Jobless Claims Rise, But Remain Near 4-Year Low

Initial jobless claims rose moderately last week, but this doesn’t tell us much. The good news is that claims remain close to a four-year low and the unadjusted year-over-year change in new filings for unemployment benefits continues to fall by roughly 10%. In short, there’s still no sign of trouble in the claims data, which suggests that the labor market will continue to expand slowly.


Last week’s increase of 8,000 pushed total claims up to a seasonally adjusted 365,000. But stepping back and considering the jump in context with recent history implies that nothing much changed last week. This data series isn’t improving, but neither is it deteriorating. No news is still marginally good news, however, with the weekly numbers bouncing around the lowest levels in several years.

A more-encouraging signal can (still) be found in the annual pace of unadjusted claims. As the second chart shows, claims continue to fall at a healthy pace—roughly 10%–relative to year-earlier levels. If and when the year-over-year change moves sharply above zero, that would be a dark sign for the labor market and the economy overall. For the moment, however, there’s still a sizable margin of comfort between here and there.

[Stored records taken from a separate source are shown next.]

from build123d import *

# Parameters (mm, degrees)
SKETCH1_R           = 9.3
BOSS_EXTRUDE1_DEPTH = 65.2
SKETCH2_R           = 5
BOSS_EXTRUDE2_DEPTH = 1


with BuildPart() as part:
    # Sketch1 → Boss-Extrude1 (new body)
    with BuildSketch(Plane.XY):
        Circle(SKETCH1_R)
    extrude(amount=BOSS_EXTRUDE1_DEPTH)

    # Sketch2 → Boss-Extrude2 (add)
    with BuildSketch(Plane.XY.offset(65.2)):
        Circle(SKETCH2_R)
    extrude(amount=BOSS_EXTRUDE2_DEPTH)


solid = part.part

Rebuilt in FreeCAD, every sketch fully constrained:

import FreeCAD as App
import Part
import Sketcher
from FreeCAD import Vector
Q = App.Units.Quantity

doc = App.newDocument("Part")
params = doc.addObject("Spreadsheet::Sheet", "Params")
for row, (alias, value) in enumerate([
    ("sketch1_diameter", "18.6 mm"),
    ("pad1_length", "65.2 mm"),
    ("sketch2_diameter", "10 mm"),
    ("pad2_length", "1 mm"),
], start=1):
    params.set(f"A{row}", alias)
    params.set(f"B{row}", "=" + value)
    params.setAlias(f"B{row}", alias)

body = doc.addObject("PartDesign::Body", "Body")

sketch1 = doc.addObject("Sketcher::SketchObject", "Sketch")
body.addObject(sketch1)
sketch1.AttachmentSupport = (doc.XY_Plane, [""])
sketch1.MapMode = "FlatFace"
sketch1.addGeometry(Part.Circle(Vector(0, 0, 0), Vector(0, 0, 1), 9.3), False)
sketch1.addConstraint([
    Sketcher.Constraint("Coincident", 0, 3, -1, 1),
    Sketcher.Constraint("Diameter", 0, Q("18.6 mm")),
])
sketch1.setExpression("Constraints[1]", "Params.sketch1_diameter")
pad1 = doc.addObject("PartDesign::Pad", "Pad")
body.addObject(pad1)
pad1.Profile = sketch1
pad1.setExpression("Length", "Params.pad1_length")

sketch2 = doc.addObject("Sketcher::SketchObject", "Sketch001")
body.addObject(sketch2)
sketch2.AttachmentSupport = (doc.XY_Plane, [""])
sketch2.MapMode = "FlatFace"
sketch2.AttachmentOffset = App.Placement(Vector(0, 0, 65.2), App.Rotation())
sketch2.addGeometry(Part.Circle(Vector(0, 0, 0), Vector(0, 0, 1), 5), False)
sketch2.addConstraint([
    Sketcher.Constraint("Coincident", 0, 3, -1, 1),
    Sketcher.Constraint("Diameter", 0, Q("10 mm")),
])
sketch2.setExpression("Constraints[1]", "Params.sketch2_diameter")
pad2 = doc.addObject("PartDesign::Pad", "Pad001")
body.addObject(pad2)
pad2.Profile = sketch2
pad2.setExpression("Length", "Params.pad2_length")

doc.recompute()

The question is whether the recent deterioration in the manufacturing sector, both in the U.S. and abroad, is a sign of bigger problems to come in the weeks and months ahead? If it is, we’ll see clear signals in the data, including jobless claims. But not yet. The last full month of data (June) looked supportive for arguing that recession risk was low, a message confirmed in other metrics, such as the Chicago Fed National Activity Index.
July’s update may tell us different. Next up on that front is tomorrow’s jobs report for July from the Labor Department. We need an encouraging number here to keep the macro blues at bay. The ADP Employment Report for July suggests that a marginally rosy outcome is a possibility and the consensus forecast agrees. Economists are looking for a net gain of around 105,000 in private non-farm payrolls for last month, according to Briefing.com. That would be a modest improvement over June’s 84,000 rise. Better, but we need triples and home runs as opposed to singles, which is the more likely scenario. And so, for the moment, we are on the fence, with the potential for tipping either way.
“It is still a difficult job market,” Ryan Sweet, a senior economist at Moody’s Analytics, tells Bloomberg. “Companies are not panicking by cutting workers. They are going to wait out the uncertainty related to Europe and the U.S. fiscal cliff.”
“The claims number is not that bad,” observes Cary Leahey, a senior economist at Decision Economics, via Reuters. “There does seem to be some difficulty dealing with the seasonals this time of year whether it’s auto plant closures or lack thereof.”
Maybe tomorrow’s payrolls news will set us straight.